I spend an unusual amount of time trying to convince middle school boys that I can help them. Ah, middle school. A time when the social complexities can make your head spin, and the students that have a hard time keeping up are left clueless on the side of the crowd. As a speech-language pathologist, I work to build social communication skills for many students. For the child who has difficulty making eye contact and can't think of anything to say, or goes on-and-on about one topic without understanding that you really don't want to hear any more about cars, imagine the path they take through the hallways of your local middle school. It is a frightening image for a parent. Long gone are the cozy walls of the elementary school where your child's one teacher understood his or her nuances, building a rapport with your child to give him structures and guidance. Welcome to middle school, where texting and instant messaging spread jokes, gossip, and the latest news faster than teachers or parents can even keep up.

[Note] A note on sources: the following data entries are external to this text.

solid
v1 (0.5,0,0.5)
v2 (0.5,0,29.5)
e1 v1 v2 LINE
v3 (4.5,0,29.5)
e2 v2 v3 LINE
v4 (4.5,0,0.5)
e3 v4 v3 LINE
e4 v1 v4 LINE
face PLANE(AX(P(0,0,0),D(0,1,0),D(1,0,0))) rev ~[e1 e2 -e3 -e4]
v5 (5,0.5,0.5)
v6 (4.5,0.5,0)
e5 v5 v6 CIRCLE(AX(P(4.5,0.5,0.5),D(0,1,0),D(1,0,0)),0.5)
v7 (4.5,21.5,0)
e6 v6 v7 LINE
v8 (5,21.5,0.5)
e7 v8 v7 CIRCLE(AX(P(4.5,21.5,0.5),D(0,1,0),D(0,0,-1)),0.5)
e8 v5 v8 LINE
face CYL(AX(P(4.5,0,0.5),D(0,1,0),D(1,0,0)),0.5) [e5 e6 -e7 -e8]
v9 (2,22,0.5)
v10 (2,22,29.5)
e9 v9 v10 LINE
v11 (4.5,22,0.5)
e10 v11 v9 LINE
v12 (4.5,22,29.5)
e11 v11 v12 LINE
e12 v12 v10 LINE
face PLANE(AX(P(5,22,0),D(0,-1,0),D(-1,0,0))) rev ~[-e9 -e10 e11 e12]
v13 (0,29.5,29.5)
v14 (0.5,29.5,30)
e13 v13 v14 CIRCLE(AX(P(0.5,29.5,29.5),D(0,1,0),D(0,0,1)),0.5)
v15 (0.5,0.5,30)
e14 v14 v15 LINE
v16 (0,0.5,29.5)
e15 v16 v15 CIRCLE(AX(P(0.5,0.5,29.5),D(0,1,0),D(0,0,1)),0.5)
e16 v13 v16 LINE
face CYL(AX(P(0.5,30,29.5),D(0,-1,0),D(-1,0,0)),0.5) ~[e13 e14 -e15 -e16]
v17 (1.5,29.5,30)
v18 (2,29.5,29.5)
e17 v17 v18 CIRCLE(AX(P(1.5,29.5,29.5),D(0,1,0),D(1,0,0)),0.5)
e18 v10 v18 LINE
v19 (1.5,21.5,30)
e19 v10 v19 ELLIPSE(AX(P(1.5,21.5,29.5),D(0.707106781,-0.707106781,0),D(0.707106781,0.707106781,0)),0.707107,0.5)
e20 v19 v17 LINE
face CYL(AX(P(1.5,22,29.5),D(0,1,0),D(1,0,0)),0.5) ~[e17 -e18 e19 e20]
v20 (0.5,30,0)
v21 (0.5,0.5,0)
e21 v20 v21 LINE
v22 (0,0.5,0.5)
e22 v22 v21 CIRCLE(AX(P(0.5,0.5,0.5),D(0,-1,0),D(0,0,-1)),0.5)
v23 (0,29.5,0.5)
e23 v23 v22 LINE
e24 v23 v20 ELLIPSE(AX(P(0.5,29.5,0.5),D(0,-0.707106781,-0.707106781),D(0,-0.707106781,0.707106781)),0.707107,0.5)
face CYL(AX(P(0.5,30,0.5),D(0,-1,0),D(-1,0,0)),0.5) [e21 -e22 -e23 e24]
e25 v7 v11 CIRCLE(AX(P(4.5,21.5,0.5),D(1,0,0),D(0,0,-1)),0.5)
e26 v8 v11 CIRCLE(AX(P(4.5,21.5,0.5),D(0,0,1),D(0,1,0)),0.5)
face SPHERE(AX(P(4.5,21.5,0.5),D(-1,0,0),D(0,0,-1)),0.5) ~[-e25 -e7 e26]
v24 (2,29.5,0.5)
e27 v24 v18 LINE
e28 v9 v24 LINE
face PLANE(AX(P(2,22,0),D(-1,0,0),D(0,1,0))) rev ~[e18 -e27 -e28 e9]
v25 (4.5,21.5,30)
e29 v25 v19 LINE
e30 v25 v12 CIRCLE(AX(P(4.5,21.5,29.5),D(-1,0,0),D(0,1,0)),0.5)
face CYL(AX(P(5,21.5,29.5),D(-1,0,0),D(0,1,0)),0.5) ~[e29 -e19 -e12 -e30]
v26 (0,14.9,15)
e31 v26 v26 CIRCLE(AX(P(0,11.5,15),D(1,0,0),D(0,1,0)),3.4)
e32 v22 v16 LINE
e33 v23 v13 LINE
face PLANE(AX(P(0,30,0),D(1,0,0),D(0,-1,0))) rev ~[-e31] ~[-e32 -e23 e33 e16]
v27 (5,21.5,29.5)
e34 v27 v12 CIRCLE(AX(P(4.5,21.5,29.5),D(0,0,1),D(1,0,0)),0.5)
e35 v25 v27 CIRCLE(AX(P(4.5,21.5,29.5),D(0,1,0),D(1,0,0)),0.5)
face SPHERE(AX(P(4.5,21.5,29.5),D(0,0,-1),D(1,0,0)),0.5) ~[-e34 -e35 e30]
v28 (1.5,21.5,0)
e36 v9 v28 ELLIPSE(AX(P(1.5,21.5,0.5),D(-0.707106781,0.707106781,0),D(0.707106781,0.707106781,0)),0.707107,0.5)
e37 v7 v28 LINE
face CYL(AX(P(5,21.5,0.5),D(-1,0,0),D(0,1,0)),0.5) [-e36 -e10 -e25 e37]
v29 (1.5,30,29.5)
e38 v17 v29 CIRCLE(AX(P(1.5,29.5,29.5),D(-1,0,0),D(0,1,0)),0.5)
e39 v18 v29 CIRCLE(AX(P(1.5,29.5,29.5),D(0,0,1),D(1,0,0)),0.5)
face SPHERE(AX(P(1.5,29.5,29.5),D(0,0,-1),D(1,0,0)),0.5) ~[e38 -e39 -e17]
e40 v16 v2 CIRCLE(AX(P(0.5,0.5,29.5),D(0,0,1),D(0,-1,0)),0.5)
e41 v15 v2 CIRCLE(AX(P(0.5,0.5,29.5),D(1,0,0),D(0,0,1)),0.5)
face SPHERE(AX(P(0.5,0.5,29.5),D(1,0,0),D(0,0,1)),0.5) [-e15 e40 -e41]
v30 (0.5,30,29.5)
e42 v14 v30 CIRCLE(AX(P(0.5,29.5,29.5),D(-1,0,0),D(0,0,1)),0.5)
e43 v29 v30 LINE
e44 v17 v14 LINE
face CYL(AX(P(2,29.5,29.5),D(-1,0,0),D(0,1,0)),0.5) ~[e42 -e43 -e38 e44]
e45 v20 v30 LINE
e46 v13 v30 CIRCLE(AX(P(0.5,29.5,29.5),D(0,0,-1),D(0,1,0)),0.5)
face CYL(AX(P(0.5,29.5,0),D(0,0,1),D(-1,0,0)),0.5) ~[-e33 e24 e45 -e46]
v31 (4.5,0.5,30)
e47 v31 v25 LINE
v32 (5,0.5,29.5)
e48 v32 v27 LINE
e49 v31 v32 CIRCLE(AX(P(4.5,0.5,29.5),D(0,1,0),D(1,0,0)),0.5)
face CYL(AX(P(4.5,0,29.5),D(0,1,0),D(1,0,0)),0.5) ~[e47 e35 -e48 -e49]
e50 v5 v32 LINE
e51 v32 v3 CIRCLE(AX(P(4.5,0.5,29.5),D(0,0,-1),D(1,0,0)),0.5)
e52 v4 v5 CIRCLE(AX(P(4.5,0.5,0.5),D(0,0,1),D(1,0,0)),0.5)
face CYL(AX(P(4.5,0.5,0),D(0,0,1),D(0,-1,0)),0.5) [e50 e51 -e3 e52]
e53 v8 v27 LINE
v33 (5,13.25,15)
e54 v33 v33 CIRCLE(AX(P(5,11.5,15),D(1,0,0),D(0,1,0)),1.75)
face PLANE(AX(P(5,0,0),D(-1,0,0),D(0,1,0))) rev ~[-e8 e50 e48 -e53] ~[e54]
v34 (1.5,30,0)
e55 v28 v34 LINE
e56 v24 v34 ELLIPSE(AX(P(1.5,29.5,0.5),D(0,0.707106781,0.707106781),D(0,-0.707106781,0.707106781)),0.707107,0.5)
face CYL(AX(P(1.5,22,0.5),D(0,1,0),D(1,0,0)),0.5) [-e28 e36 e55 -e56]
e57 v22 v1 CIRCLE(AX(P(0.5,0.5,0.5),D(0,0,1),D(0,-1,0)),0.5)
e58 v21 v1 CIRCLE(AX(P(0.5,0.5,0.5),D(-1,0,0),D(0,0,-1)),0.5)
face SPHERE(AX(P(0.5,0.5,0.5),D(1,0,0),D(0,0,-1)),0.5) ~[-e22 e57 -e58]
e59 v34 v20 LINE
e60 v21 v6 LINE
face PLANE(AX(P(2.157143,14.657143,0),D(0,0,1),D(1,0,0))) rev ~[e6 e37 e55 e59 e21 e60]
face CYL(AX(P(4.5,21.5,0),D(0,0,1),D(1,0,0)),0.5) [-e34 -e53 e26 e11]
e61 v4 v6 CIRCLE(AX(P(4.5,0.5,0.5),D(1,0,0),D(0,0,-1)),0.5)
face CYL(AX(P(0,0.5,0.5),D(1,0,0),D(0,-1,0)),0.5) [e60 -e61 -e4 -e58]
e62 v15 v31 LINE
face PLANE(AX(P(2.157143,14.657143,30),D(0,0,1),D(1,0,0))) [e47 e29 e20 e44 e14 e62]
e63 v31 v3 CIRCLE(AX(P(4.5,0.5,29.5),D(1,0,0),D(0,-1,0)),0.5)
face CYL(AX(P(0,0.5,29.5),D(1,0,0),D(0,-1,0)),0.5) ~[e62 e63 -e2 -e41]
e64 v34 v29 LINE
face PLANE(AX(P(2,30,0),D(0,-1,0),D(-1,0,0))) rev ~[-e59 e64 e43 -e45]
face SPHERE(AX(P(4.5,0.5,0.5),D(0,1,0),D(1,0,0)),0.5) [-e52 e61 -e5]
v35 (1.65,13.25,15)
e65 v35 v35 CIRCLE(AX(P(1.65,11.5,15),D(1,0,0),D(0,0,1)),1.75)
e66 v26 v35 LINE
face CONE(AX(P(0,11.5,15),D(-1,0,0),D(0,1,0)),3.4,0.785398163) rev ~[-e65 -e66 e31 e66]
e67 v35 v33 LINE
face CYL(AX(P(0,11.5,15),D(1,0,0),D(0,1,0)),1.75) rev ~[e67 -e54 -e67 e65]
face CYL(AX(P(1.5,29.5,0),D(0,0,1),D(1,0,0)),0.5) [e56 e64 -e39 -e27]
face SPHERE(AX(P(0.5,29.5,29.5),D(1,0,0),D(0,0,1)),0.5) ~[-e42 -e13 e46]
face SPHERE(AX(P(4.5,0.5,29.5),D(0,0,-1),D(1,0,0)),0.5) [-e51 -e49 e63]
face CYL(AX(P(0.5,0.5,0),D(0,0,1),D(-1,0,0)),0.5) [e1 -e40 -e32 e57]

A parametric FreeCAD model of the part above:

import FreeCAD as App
import Part
import Sketcher


def edges_at(feature, points):
    """Names of the edges that pass closest to the given points."""
    edges = feature.Shape.Edges
    near = lambda p: min(range(len(edges)), key=lambda i: edges[i].distToShape(Part.Vertex(*p))[0])
    return sorted({f"Edge{near(p) + 1}" for p in points})


def add_polygon(sketch, points):
    """Adds a closed chain of lines whose ends are joined by coincident constraints."""
    first, n = sketch.GeometryCount, len(points)
    for a, b in zip(points, points[1:] + points[:1]):
        sketch.addGeometry(Part.LineSegment(App.Vector(*a, 0), App.Vector(*b, 0)), False)
    for i in range(n):
        sketch.addConstraint(Sketcher.Constraint("Coincident", first + i, 2, first + (i + 1) % n, 1))

doc = App.newDocument("Part")
body = doc.addObject("PartDesign::Body", "Body")

# Sketch on XY plane
sketch1 = body.newObject("Sketcher::SketchObject", "Sketch")
sketch1.AttachmentSupport = (doc.getObject("XY_Plane"), [""])
sketch1.MapMode = "FlatFace"
add_polygon(sketch1, [(0, 30), (0, 0), (5, 0), (5, 22), (2, 22), (2, 30)])  # lines 0-5
sketch1.addConstraint([
    Sketcher.Constraint("Vertical", 0),
    Sketcher.Constraint("Horizontal", 1),
    Sketcher.Constraint("Vertical", 2),
    Sketcher.Constraint("Horizontal", 3),
    Sketcher.Constraint("Vertical", 4),
    Sketcher.Constraint("Horizontal", 5),
    Sketcher.Constraint("Coincident", 0, 2, -1, 1),
    Sketcher.Constraint("DistanceX", 1, 1, 1, 2, 5.0),
    Sketcher.Constraint("DistanceX", 3, 2, 3, 1, 3.0),
    Sketcher.Constraint("DistanceY", 0, 2, 0, 1, 30.0),
    Sketcher.Constraint("DistanceY", 2, 1, 2, 2, 22.0),
])
pad1 = body.newObject("PartDesign::Pad", "Pad")
pad1.Profile = sketch1
pad1.Length = 30
doc.recompute()

fillet = body.newObject("PartDesign::Fillet", "Fillet")
fillet.Base = (pad1, edges_at(pad1, [
    (2, 30, 15),
    (2, 26, 0),
    (3.5, 22, 0),
    (5, 11, 0),
    (5, 0, 15),
    (2, 26, 30),
    (5, 22, 15),
    (5, 11, 30),
    (3.5, 22, 30),
    (1, 30, 30),
    (2.5, 0, 30),
    (2.5, 0, 0),
    (0, 15, 0),
    (0, 15, 30),
    (0, 30, 15),
    (0, 0, 15),
]))
fillet.Radius = 0.5

# Sketch on YZ plane
sketch2 = body.newObject("Sketcher::SketchObject", "Sketch001")
sketch2.AttachmentSupport = (doc.getObject("YZ_Plane"), [""])
sketch2.MapMode = "FlatFace"
sketch2.addGeometry(Part.Circle(App.Vector(11.5, 15, 0), App.Vector(0, 0, 1), 1.75), False)
sketch2.addConstraint([
    Sketcher.Constraint("Diameter", 0, 3.5),
    Sketcher.Constraint("DistanceY", -1, 1, 0, 3, 15.0),
    Sketcher.Constraint("DistanceX", -1, 1, 0, 3, 11.5),
])
doc.recompute()
hole = body.newObject("PartDesign::Hole", "Hole")
hole.Profile = sketch2
hole.ThreadType = "None"
hole.Diameter = 3.5
hole.DepthType = "ThroughAll"
hole.HoleCutType = "Countersink"
hole.HoleCutDiameter = 6.8
hole.HoleCutCountersinkAngle = 90
hole.Reversed = True

doc.recompute()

As parents we can set our children up for as much success socially as possible. We can teach them to say hello politely, to inquire about others ("What could you say to Jimmy when you see him?"), and to make sure to listen when someone else has something to say. However, there comes a time when a child needs more help, more instruction than what a parent can provide. And, frankly, these middle school students with social engagement weaknesses are no more interested in listening to their parents than their more typically-engaged peers.
That's when you seek out some help. Michelle Garcia Winner is a favorite expert in social communication challenges that students may face. You can follow her blog here: http://www.socialthinking.com/what-is-social-thinking/michelles-blog. Besides working individually at school or privately with an SLP, many of these children do best when exposed to social language groups, where they can work on language within the context of a peer group.
Parents can be a support, recognizing their child's strengths and acknowledging their child's weaknesses. Every student needs activities to be involved in outside of school, whether Boy Scouts, martial arts, or a computer club, in order to build peer relationships and encourage growth. The self-confidence that comes from excelling at something can carry a child through some of the toughest middle school times. Martial arts and Boy Scouts are two activities that I recommend to my families. They build social skills and allow opportunities for engagement with peers while maintaining a very strong structure and consistent expectations and guidelines, which these students often need.
The best thing about a middle school student, with the eye rolls and sighs and the "Why are you sooo lame?" exasperation, is that they won't be in middle school forever. And hopefully, with a little guidance and lots of patience, we can help them enter high school with even more tools under their belt.